Me and Yeji were once a happy couple. We met when we were freshmen in high school and I was a transferee. She was friendly and offered to show me around the campus. At that moment, something inside of me spraked and lit a fire in my heart. I wondered if that was what they called "love at first sight".

A year has passed and I decided to confess my feelings for her, and fortunately, she accepted me with open arms, saying that she felt the same way too. I will never forget about that moment because it was one of the most memorable and happiest days of my life.

We promised that we would make each other happy for the rest of our lives.

But as time went on,fights, arguments, and disagreements became more and more frequent, and it came to a point where we can't go on our day without fighting about something. I knew that it was becoming toxic, but I love her so much that I was willing to fix everything so we can be what we used to be.

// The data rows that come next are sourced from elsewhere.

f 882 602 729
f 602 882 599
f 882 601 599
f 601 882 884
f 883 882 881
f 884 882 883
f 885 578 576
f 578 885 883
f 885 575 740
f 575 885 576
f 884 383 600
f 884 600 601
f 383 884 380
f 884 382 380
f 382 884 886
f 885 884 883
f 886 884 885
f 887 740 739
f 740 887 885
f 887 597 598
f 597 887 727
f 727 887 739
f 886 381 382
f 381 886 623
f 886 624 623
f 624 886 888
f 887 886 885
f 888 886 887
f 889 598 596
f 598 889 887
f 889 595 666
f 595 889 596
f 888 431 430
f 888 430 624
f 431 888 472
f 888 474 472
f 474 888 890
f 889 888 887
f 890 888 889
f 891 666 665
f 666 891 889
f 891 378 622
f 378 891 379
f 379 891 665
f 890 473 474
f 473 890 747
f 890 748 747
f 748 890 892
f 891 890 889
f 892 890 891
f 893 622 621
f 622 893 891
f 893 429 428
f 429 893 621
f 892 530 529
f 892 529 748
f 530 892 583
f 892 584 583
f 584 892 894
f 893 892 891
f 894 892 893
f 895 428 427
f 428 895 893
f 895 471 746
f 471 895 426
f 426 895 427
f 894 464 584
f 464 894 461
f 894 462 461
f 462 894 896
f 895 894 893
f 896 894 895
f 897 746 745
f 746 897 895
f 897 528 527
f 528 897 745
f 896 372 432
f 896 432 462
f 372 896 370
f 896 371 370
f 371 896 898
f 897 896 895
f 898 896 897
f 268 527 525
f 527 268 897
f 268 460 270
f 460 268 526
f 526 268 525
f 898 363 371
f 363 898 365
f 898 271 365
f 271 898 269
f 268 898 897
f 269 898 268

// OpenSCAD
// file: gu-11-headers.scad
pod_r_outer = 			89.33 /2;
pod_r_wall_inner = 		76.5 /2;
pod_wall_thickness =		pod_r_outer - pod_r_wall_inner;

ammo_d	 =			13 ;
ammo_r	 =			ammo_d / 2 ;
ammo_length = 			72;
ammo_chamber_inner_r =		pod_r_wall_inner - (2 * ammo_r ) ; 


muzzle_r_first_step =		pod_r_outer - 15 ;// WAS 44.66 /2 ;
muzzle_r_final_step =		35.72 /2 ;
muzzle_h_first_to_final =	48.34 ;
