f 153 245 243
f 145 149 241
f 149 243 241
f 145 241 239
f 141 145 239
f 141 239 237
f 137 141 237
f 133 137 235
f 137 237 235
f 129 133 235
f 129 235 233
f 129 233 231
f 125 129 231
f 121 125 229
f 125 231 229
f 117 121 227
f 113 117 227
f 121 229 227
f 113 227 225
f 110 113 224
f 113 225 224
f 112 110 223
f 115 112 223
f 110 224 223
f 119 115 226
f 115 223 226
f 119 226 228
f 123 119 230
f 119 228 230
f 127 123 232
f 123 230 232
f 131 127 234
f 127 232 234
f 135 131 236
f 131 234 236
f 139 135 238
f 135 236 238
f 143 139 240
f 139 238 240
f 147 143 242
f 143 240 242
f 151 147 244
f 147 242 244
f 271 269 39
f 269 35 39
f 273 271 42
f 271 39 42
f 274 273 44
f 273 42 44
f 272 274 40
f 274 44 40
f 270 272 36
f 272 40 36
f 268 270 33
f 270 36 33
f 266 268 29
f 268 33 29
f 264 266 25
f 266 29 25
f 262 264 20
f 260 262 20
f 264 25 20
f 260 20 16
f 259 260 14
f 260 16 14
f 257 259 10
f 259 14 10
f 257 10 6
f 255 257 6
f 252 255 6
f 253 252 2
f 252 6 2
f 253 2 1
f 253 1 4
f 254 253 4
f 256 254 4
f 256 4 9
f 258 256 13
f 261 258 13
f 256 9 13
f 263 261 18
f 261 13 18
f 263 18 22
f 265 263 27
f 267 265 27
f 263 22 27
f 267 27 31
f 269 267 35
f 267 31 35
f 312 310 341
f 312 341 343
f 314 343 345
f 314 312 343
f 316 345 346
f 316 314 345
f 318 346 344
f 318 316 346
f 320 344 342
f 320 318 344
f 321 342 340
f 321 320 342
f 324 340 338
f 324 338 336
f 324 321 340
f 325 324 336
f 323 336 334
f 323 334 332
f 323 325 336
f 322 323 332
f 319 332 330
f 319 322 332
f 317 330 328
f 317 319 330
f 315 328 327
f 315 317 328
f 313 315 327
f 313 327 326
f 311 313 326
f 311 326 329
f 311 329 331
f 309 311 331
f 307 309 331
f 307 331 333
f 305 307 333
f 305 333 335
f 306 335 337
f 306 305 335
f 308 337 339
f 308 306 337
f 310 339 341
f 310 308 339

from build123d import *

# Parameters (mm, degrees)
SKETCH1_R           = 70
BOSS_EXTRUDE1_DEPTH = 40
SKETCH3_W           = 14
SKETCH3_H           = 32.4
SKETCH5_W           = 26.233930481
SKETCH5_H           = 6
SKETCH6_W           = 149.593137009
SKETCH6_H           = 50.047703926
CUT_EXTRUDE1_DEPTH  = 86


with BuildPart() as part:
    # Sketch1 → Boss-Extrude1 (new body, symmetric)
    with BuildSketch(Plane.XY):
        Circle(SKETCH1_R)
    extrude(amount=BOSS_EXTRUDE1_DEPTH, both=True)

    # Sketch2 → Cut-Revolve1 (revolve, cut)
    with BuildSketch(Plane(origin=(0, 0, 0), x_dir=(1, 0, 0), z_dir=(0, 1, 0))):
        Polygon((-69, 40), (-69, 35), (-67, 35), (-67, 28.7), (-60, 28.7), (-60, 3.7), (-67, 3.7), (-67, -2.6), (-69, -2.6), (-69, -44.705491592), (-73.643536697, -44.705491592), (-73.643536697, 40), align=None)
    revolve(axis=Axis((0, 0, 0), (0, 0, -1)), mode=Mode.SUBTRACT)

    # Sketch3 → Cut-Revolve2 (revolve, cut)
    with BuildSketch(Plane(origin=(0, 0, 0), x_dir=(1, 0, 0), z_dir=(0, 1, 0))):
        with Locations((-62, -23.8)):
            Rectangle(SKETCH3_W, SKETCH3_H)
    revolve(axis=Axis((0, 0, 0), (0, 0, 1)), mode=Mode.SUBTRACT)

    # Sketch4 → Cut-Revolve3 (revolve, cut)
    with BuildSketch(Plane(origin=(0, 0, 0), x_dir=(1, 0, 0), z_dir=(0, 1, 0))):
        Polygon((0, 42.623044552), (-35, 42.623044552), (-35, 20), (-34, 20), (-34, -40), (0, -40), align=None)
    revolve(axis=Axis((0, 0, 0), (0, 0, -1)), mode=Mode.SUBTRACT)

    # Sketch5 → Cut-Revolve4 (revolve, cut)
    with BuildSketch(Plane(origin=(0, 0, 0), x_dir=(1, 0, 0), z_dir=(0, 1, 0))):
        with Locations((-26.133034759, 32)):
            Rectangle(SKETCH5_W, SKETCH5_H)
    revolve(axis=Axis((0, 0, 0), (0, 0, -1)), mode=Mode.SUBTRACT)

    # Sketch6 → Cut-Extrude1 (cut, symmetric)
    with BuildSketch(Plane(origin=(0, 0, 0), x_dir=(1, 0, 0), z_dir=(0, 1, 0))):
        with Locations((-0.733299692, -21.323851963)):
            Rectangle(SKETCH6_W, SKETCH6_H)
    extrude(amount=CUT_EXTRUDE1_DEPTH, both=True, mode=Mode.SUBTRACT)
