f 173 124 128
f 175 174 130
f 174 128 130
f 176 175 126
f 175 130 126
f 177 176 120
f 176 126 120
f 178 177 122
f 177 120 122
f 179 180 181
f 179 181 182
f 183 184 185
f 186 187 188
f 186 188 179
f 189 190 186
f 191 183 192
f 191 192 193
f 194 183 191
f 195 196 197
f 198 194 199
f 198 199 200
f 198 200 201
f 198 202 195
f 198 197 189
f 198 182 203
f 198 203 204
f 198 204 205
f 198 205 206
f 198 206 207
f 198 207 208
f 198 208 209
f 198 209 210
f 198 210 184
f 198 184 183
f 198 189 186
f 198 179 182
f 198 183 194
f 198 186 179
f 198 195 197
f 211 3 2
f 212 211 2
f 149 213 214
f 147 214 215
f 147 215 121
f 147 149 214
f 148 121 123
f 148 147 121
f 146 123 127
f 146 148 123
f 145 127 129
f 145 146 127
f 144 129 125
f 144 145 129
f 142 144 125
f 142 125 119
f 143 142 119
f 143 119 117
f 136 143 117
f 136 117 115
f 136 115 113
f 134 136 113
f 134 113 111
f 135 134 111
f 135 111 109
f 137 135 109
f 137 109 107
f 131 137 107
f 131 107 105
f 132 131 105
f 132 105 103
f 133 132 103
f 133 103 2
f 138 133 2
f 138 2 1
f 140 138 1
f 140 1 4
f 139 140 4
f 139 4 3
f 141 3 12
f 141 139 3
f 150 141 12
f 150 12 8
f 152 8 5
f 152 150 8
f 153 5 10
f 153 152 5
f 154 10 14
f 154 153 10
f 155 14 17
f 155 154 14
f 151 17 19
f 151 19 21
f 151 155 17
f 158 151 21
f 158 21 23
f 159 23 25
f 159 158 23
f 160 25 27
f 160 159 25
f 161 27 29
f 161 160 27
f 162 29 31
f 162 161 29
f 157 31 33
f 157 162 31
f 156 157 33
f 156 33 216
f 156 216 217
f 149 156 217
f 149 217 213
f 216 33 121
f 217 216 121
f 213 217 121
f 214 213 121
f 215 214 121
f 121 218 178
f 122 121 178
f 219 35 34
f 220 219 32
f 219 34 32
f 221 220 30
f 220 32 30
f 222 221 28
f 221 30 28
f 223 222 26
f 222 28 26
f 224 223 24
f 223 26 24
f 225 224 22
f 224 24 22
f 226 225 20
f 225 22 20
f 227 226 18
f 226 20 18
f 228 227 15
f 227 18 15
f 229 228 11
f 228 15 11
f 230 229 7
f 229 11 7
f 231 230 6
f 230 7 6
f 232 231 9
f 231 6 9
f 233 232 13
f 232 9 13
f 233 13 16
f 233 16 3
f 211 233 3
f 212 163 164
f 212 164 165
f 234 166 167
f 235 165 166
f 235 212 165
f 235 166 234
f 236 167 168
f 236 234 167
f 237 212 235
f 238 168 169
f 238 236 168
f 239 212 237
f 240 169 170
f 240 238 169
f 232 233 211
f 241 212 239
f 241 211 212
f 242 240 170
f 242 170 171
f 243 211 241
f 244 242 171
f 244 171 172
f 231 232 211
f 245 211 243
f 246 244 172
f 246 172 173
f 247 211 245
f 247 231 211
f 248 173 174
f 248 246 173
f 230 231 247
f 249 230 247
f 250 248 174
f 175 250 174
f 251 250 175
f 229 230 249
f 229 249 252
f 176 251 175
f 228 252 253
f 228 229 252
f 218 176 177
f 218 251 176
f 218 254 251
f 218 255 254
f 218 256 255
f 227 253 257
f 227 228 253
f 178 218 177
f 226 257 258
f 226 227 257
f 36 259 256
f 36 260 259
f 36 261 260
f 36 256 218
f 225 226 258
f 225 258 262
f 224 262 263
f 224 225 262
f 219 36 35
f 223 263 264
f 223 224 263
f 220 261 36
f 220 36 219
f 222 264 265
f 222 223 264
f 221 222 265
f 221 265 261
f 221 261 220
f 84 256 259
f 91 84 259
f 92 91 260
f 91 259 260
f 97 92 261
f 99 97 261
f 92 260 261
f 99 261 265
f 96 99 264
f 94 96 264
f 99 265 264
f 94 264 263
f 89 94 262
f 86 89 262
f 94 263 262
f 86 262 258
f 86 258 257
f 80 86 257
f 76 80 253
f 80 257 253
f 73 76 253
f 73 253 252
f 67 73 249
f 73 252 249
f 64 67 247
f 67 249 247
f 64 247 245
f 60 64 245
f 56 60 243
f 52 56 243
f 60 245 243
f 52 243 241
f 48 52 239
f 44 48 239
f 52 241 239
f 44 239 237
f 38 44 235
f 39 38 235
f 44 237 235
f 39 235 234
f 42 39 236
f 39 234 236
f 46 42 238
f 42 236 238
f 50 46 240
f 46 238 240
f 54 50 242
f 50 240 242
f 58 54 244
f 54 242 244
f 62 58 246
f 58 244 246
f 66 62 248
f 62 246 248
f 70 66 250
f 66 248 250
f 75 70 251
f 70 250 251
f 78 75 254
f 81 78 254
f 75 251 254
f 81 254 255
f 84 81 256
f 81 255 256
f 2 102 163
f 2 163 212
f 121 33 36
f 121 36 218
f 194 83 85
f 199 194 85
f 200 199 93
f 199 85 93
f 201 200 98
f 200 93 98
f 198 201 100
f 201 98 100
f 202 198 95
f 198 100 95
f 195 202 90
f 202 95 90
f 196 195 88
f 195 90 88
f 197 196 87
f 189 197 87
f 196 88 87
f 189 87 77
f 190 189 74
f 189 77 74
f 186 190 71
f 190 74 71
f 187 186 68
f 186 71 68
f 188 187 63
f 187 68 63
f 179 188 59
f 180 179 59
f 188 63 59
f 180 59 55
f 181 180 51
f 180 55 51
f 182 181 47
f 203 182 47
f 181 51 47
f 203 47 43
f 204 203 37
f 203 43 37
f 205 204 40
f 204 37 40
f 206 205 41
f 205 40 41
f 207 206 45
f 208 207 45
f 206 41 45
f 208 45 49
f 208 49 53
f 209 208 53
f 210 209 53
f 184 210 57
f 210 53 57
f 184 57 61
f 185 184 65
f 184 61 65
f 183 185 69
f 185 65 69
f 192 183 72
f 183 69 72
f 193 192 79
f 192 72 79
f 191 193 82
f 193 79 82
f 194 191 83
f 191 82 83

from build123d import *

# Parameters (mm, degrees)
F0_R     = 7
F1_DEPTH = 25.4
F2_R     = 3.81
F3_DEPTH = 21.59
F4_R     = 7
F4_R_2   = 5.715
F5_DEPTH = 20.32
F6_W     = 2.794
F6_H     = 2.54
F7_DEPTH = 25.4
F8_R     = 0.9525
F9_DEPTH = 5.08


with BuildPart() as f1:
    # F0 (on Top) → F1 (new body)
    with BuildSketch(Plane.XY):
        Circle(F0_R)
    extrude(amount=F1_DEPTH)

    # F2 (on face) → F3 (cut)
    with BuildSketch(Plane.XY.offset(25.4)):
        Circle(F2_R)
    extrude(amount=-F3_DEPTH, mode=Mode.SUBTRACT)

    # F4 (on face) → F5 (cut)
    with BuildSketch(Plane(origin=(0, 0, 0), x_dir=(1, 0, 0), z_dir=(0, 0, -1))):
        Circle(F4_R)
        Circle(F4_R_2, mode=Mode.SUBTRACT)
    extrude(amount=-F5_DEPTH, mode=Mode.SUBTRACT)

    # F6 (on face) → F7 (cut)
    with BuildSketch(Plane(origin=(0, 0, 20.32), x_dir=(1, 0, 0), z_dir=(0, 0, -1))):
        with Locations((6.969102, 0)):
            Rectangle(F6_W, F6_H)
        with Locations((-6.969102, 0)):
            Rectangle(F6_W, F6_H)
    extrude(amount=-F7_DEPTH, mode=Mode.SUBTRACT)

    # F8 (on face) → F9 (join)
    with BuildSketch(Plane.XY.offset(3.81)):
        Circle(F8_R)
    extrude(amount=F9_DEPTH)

We then decided that we should have a talk about our relationship. We apologize for our mistakes and forgive each other. But despite that, fights and arguments still happened, although not as much as before, it was still so serious that we were now in what they call an "on and off" relationship.

We barely talked to each other, but mostly her avoiding me, preventing me from striking a conversation with her. My heart breaks every time she turns me down, thinking that I might lose her just like that.

I tried everything to keep the relationship going. I tried to hold on even though it seemed like it was impossible to go back to what we used to be, a happy couple.

I missed her for I strongly believe that the Yeji I am in a relationship with right now is not the same Yeji that I fell in love with. This Yeji is a whole different person.

The Yeji I fell in love with was sweet, caring, and loving. She always supported me when I was at my highest and comforted me when I was on at lowest. The Yeji I am with right now is the polar opposite.

Not too long ago, I found her with another man. I was jealous, but didn't want to assume to prevent us from fighting over something that could make our relationship completely ruined.

But all of my friends told me that they saw her with that same guy I saw, make out at the back of the school, not once, not twice, but nearly everyday when they get the chance.

I didn't want to believe it. I knew that Yeji wouldn't do something that low, right? She still loves me even though our relationship isn't the best right now, right? She won't leave me no matter what, she promised... right?